Re: [PATCH] devcoredump: increase the device delete timeout to 10 mins

From: Abhinav Kumar
Date: Tue Feb 08 2022 - 17:21:55 EST


Hi Johannes

Thanks for the response.

On 2/8/2022 12:35 PM, Johannes Berg wrote:
On Tue, 2022-02-08 at 11:44 -0800, Abhinav Kumar wrote:
There are cases where depending on the size of the devcoredump and the speed
at which the usermode reads the dump, it can take longer than the current 5 mins
timeout.

This can lead to incomplete dumps as the device is deleted once the timeout expires.

One example is below where it took 6 mins for the devcoredump to be completely read.

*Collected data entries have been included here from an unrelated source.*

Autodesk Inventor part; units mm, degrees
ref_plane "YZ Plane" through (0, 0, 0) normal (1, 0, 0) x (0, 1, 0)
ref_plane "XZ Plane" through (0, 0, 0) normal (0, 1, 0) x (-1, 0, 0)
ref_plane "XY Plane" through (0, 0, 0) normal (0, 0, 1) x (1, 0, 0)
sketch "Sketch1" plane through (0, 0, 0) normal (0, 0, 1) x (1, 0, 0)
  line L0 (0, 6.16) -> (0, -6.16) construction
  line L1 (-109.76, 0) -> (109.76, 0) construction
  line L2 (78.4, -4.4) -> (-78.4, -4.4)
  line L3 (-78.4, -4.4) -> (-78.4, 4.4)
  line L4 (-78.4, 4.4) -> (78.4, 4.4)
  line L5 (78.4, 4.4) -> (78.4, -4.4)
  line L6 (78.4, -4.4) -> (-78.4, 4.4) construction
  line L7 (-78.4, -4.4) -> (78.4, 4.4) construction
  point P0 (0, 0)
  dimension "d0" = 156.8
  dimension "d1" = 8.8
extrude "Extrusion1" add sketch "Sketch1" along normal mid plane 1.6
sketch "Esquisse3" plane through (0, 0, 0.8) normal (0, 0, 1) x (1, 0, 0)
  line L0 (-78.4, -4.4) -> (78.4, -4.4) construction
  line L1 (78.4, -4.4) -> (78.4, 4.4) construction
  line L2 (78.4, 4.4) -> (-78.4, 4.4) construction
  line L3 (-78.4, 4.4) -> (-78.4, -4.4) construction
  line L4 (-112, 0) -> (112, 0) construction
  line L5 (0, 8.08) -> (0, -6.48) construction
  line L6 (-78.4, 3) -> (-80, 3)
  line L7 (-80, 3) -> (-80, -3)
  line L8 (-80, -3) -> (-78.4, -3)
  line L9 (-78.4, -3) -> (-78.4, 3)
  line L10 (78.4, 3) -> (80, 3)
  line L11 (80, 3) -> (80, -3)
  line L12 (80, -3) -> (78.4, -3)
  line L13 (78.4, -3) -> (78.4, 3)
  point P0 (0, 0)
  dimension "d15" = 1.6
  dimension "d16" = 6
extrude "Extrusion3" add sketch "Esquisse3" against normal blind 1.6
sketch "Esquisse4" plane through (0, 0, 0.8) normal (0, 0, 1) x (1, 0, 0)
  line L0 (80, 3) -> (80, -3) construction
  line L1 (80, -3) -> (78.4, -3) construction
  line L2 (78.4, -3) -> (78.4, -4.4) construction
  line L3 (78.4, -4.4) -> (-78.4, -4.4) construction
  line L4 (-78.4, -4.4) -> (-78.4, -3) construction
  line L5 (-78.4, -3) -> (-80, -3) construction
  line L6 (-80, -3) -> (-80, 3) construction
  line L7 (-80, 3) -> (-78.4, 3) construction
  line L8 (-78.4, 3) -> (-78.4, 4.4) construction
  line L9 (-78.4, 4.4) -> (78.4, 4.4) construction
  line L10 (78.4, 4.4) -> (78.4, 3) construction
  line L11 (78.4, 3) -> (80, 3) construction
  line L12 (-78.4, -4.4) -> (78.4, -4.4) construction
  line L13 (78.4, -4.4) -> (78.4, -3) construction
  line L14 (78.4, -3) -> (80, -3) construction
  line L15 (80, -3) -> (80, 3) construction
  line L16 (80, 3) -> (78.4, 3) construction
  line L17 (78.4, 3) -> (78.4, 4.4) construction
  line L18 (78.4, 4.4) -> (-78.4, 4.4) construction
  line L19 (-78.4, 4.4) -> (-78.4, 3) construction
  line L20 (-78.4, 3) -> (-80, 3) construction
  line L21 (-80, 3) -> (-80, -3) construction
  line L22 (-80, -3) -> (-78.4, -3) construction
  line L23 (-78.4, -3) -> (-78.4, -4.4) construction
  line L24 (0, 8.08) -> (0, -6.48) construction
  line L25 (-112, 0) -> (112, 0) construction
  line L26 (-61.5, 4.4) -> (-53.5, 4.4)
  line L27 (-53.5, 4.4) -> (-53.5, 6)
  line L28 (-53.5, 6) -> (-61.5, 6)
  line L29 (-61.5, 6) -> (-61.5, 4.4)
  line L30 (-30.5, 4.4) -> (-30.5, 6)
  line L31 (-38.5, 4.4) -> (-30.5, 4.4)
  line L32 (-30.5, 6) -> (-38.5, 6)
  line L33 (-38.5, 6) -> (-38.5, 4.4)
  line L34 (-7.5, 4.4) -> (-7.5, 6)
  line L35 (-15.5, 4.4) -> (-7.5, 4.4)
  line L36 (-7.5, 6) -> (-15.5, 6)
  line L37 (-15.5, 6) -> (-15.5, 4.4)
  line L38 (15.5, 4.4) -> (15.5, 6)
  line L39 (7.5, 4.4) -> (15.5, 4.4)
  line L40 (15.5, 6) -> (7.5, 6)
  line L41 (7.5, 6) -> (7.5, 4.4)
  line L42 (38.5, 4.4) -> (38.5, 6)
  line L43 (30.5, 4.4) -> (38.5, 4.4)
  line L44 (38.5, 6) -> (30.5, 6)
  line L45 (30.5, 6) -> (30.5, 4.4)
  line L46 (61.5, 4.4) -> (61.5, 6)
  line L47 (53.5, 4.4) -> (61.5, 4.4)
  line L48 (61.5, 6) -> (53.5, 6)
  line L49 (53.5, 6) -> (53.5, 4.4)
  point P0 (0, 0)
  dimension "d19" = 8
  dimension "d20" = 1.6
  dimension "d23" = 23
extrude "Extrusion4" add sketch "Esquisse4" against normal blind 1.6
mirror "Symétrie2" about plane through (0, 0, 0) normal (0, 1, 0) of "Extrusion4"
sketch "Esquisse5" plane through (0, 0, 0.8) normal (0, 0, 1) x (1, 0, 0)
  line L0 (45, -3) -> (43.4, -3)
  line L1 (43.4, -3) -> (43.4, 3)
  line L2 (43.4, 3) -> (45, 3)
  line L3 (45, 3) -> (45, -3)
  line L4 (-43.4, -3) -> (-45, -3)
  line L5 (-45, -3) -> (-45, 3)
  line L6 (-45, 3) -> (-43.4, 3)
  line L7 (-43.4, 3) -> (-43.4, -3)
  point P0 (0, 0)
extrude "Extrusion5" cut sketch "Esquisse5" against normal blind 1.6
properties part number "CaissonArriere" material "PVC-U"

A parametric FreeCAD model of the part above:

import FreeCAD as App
import Part
import Sketcher

V = App.Vector


def add_polygon(sketch, points):
    """Adds a closed chain of lines whose ends are joined by coincident constraints."""
    first, n = sketch.GeometryCount, len(points)
    for a, b in zip(points, points[1:] + points[:1]):
        sketch.addGeometry(Part.LineSegment(App.Vector(*a, 0), App.Vector(*b, 0)), False)
    for i in range(n):
        sketch.addConstraint(Sketcher.Constraint("Coincident", first + i, 2, first + (i + 1) % n, 1))

doc = App.newDocument("Part")
body = doc.addObject("PartDesign::Body", "Body")

# Sketch on XY plane
sketch1 = doc.addObject("Sketcher::SketchObject", "Sketch")
body.addObject(sketch1)
sketch1.AttachmentSupport = (doc.XY_Plane, [""])
sketch1.MapMode = "FlatFace"
add_polygon(sketch1, [(-78, -4), (78, -4), (78, 4), (-78, 4)])  # lines 0-3
sketch1.addConstraint(Sketcher.Constraint("Horizontal", 0))
sketch1.addConstraint(Sketcher.Constraint("Vertical", 1))
sketch1.addConstraint(Sketcher.Constraint("Horizontal", 2))
sketch1.addConstraint(Sketcher.Constraint("Vertical", 3))
sketch1.addConstraint(Sketcher.Constraint("Symmetric", 0, 2, 2, 2, -1, 1))
sketch1.addConstraint(Sketcher.Constraint("DistanceX", 0, 1, 0, 2, 156.8))
sketch1.addConstraint(Sketcher.Constraint("DistanceY", 1, 1, 1, 2, 8.8))
pad1 = doc.addObject("PartDesign::Pad", "Pad")
body.addObject(pad1)
pad1.Profile = sketch1
pad1.Length = 1.6
pad1.Midplane = True

# Sketch on XY plane
sketch2 = doc.addObject("Sketcher::SketchObject", "Sketch001")
body.addObject(sketch2)
sketch2.AttachmentSupport = (doc.XY_Plane, [""])
sketch2.MapMode = "FlatFace"
sketch2.AttachmentOffset = App.Placement(V(0, 0, 0.8), App.Rotation())
add_polygon(sketch2, [(-78.4, -3), (-78.4, 3), (-80, 3), (-80, -3)])  # lines 0-3
add_polygon(sketch2, [(80, 3), (78.4, 3), (78.4, -3), (80, -3)])  # lines 4-7
sketch2.addConstraint(Sketcher.Constraint("Vertical", 0))
sketch2.addConstraint(Sketcher.Constraint("Horizontal", 1))
sketch2.addConstraint(Sketcher.Constraint("Vertical", 2))
sketch2.addConstraint(Sketcher.Constraint("Horizontal", 3))
sketch2.addConstraint(Sketcher.Constraint("Horizontal", 4))
sketch2.addConstraint(Sketcher.Constraint("Vertical", 5))
sketch2.addConstraint(Sketcher.Constraint("Horizontal", 6))
sketch2.addConstraint(Sketcher.Constraint("Vertical", 7))
sketch2.addConstraint(Sketcher.Constraint("Symmetric", 3, 2, 4, 2, -1, 1))
sketch2.addConstraint(Sketcher.Constraint("Symmetric", 1, 2, 6, 2, -1, 1))
sketch2.addConstraint(Sketcher.Constraint("Horizontal", 1, 2, 4, 2))
sketch2.addConstraint(Sketcher.Constraint("DistanceY", 0, 1, 0, 2, 6.0))
sketch2.addConstraint(Sketcher.Constraint("DistanceX", 1, 2, 1, 1, 1.6))
sketch2.addConstraint(Sketcher.Constraint("DistanceX", 1, 2, -1, 1, 80.0))
pad2 = doc.addObject("PartDesign::Pad", "Pad001")
body.addObject(pad2)
pad2.Profile = sketch2
pad2.Length = 1.6
pad2.Reversed = True

# Sketch on XY plane
sketch3 = doc.addObject("Sketcher::SketchObject", "Sketch002")
body.addObject(sketch3)
sketch3.AttachmentSupport = (doc.XY_Plane, [""])
sketch3.MapMode = "FlatFace"
sketch3.AttachmentOffset = App.Placement(V(0, 0, 0.8), App.Rotation())
add_polygon(sketch3, [(-61.5, 6), (-61.5, 4.4), (-53.5, 4.4), (-53.5, 6)])  # lines 0-3
add_polygon(sketch3, [(-38.5, 4.4), (-30.5, 4.4), (-30.5, 6), (-38.5, 6)])  # lines 4-7
add_polygon(sketch3, [(-15.5, 4.4), (-7.5, 4.4), (-7.5, 6), (-15.5, 6)])  # lines 8-11
add_polygon(sketch3, [(7.5, 4.4), (15.5, 4.4), (15.5, 6), (7.5, 6)])  # lines 12-15
add_polygon(sketch3, [(30.5, 4.4), (38.5, 4.4), (38.5, 6), (30.5, 6)])  # lines 16-19
add_polygon(sketch3, [(53.5, 4.4), (61.5, 4.4), (61.5, 6), (53.5, 6)])  # lines 20-23
sketch3.addConstraint(Sketcher.Constraint("Vertical", 0))
sketch3.addConstraint(Sketcher.Constraint("Horizontal", 1))
sketch3.addConstraint(Sketcher.Constraint("Vertical", 2))
sketch3.addConstraint(Sketcher.Constraint("Horizontal", 3))
sketch3.addConstraint(Sketcher.Constraint("Horizontal", 4))
sketch3.addConstraint(Sketcher.Constraint("Vertical", 5))
sketch3.addConstraint(Sketcher.Constraint("Horizontal", 6))
sketch3.addConstraint(Sketcher.Constraint("Vertical", 7))
sketch3.addConstraint(Sketcher.Constraint("Horizontal", 8))
sketch3.addConstraint(Sketcher.Constraint("Vertical", 9))
sketch3.addConstraint(Sketcher.Constraint("Horizontal", 10))
sketch3.addConstraint(Sketcher.Constraint("Vertical", 11))
sketch3.addConstraint(Sketcher.Constraint("Horizontal", 12))
sketch3.addConstraint(Sketcher.Constraint("Vertical", 13))
sketch3.addConstraint(Sketcher.Constraint("Horizontal", 14))
sketch3.addConstraint(Sketcher.Constraint("Vertical", 15))
sketch3.addConstraint(Sketcher.Constraint("Horizontal", 16))
sketch3.addConstraint(Sketcher.Constraint("Vertical", 17))
sketch3.addConstraint(Sketcher.Constraint("Horizontal", 18))
sketch3.addConstraint(Sketcher.Constraint("Vertical", 19))
sketch3.addConstraint(Sketcher.Constraint("Horizontal", 20))
sketch3.addConstraint(Sketcher.Constraint("Vertical", 21))
sketch3.addConstraint(Sketcher.Constraint("Horizontal", 22))
sketch3.addConstraint(Sketcher.Constraint("Vertical", 23))
sketch3.addConstraint(Sketcher.Constraint("Symmetric", 11, 2, 12, 2, -2))
sketch3.addConstraint(Sketcher.Constraint("Symmetric", 9, 2, 14, 2, -2))
sketch3.addConstraint(Sketcher.Constraint("Symmetric", 7, 2, 16, 2, -2))
sketch3.addConstraint(Sketcher.Constraint("Symmetric", 5, 2, 18, 2, -2))
sketch3.addConstraint(Sketcher.Constraint("Symmetric", 0, 2, 20, 2, -2))
sketch3.addConstraint(Sketcher.Constraint("Symmetric", 2, 2, 22, 2, -2))
sketch3.addConstraint(Sketcher.Constraint("Horizontal", 1, 2, 4, 2))
sketch3.addConstraint(Sketcher.Constraint("Horizontal", 3, 2, 5, 2))
sketch3.addConstraint(Sketcher.Constraint("Horizontal", 7, 2, 8, 2))
sketch3.addConstraint(Sketcher.Constraint("Horizontal", 6, 2, 9, 2))
sketch3.addConstraint(Sketcher.Constraint("Equal", 3, 4))
sketch3.addConstraint(Sketcher.Constraint("Equal", 6, 8))
sketch3.addConstraint(Sketcher.Constraint("DistanceX", 1, 1, 1, 2, 8.0))
sketch3.addConstraint(Sketcher.Constraint("DistanceY", 0, 2, 0, 1, 1.6))
sketch3.addConstraint(Sketcher.Constraint("DistanceX", 1, 2, 4, 2, 23.0))
sketch3.addConstraint(Sketcher.Constraint("DistanceX", 4, 2, 8, 2, 23.0))
sketch3.addConstraint(Sketcher.Constraint("DistanceX", 8, 2, 12, 2, 23.0))
sketch3.addConstraint(Sketcher.Constraint("DistanceY", -1, 1, 2, 2, 6.0))
pad3 = doc.addObject("PartDesign::Pad", "Pad002")
body.addObject(pad3)
pad3.Profile = sketch3
pad3.Length = 1.6
pad3.Reversed = True
doc.recompute()

mirrored = doc.addObject("PartDesign::Mirrored", "Mirrored")
body.addObject(mirrored)
mirrored.Originals = [pad3]
mirrored.MirrorPlane = (doc.XZ_Plane, [""])
body.Tip = mirrored

# Sketch on XY plane
sketch4 = doc.addObject("Sketcher::SketchObject", "Sketch003")
body.addObject(sketch4)
sketch4.AttachmentSupport = (doc.XY_Plane, [""])
sketch4.MapMode = "FlatFace"
sketch4.AttachmentOffset = App.Placement(V(0, 0, 0.8), App.Rotation())
add_polygon(sketch4, [(43.4, -3), (45, -3), (45, 3), (43.4, 3)])  # lines 0-3
add_polygon(sketch4, [(-45, -3), (-43.4, -3), (-43.4, 3), (-45, 3)])  # lines 4-7
sketch4.addConstraint(Sketcher.Constraint("Horizontal", 0))
sketch4.addConstraint(Sketcher.Constraint("Vertical", 1))
sketch4.addConstraint(Sketcher.Constraint("Horizontal", 2))
sketch4.addConstraint(Sketcher.Constraint("Vertical", 3))
sketch4.addConstraint(Sketcher.Constraint("Horizontal", 4))
sketch4.addConstraint(Sketcher.Constraint("Vertical", 5))
sketch4.addConstraint(Sketcher.Constraint("Horizontal", 6))
sketch4.addConstraint(Sketcher.Constraint("Vertical", 7))
sketch4.addConstraint(Sketcher.Constraint("Symmetric", 2, 2, 4, 2, -1, 1))
sketch4.addConstraint(Sketcher.Constraint("Symmetric", 0, 2, 6, 2, -1, 1))
sketch4.addConstraint(Sketcher.Constraint("Horizontal", 3, 2, 4, 2))
sketch4.addConstraint(Sketcher.Constraint("DistanceY", 1, 1, 1, 2, 6.0))
sketch4.addConstraint(Sketcher.Constraint("DistanceX", 0, 1, 0, 2, 1.6))
sketch4.addConstraint(Sketcher.Constraint("DistanceX", -1, 1, 0, 2, 45.0))
pocket1 = doc.addObject("PartDesign::Pocket", "Pocket")
body.addObject(pocket1)
pocket1.Profile = sketch4
pocket1.Length = 1.6

doc.recompute()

04:22:24.668 23916 23994 I HWDeviceDRM::DumpDebugData: Opening /sys/class/devcoredump/devcd6/data
04:28:35.377 23916 23994 W HWDeviceDRM::DumpDebugData: Freeing devcoredump node

Increase the timeout to 10 mins to accommodate system delays and large coredump
sizes.


No real objection, I guess, but can the data actually disappear *while*
the sysfs file is open?!

Or did it take 5 minutes to open the file?

If the former, maybe we should fix that too (or instead)?

johannes

It opened the file rightaway but could not finish reading.

The device gets deleted so the corresponding /data will disappear too ( as the data node is under devcd*/data)

60 static void devcd_del(struct work_struct *wk)
61 {
62 struct devcd_entry *devcd;
63
64 devcd = container_of(wk, struct devcd_entry, del_wk.work);
65
66 device_del(&devcd->devcd_dev);
67 put_device(&devcd->devcd_dev);
68 }

Are you suggesting we implement a logic like :

a) if the usermode has started reading the data but has not finished yet ( we can detect the former with something like devcd->data_read_ongoing = 1 and we know it has finished when it acks and we can clear this flag then), in the timeout del_wk then we can delay the the delete timer by another TIMEOUT amount of time to give usermode time to finish the data?

b) If usermode acks, we will clear both the flag and delete the device as usual

But there is a corner case here:

c) If usermode starts the read, but then for some reason crashes, the timer will timeout and try to delete the device but will detect that usermode is still reading and will keep the device. How do we detect this case?

Thats why i thought maybe the easier way right now is to try increasing the timeout.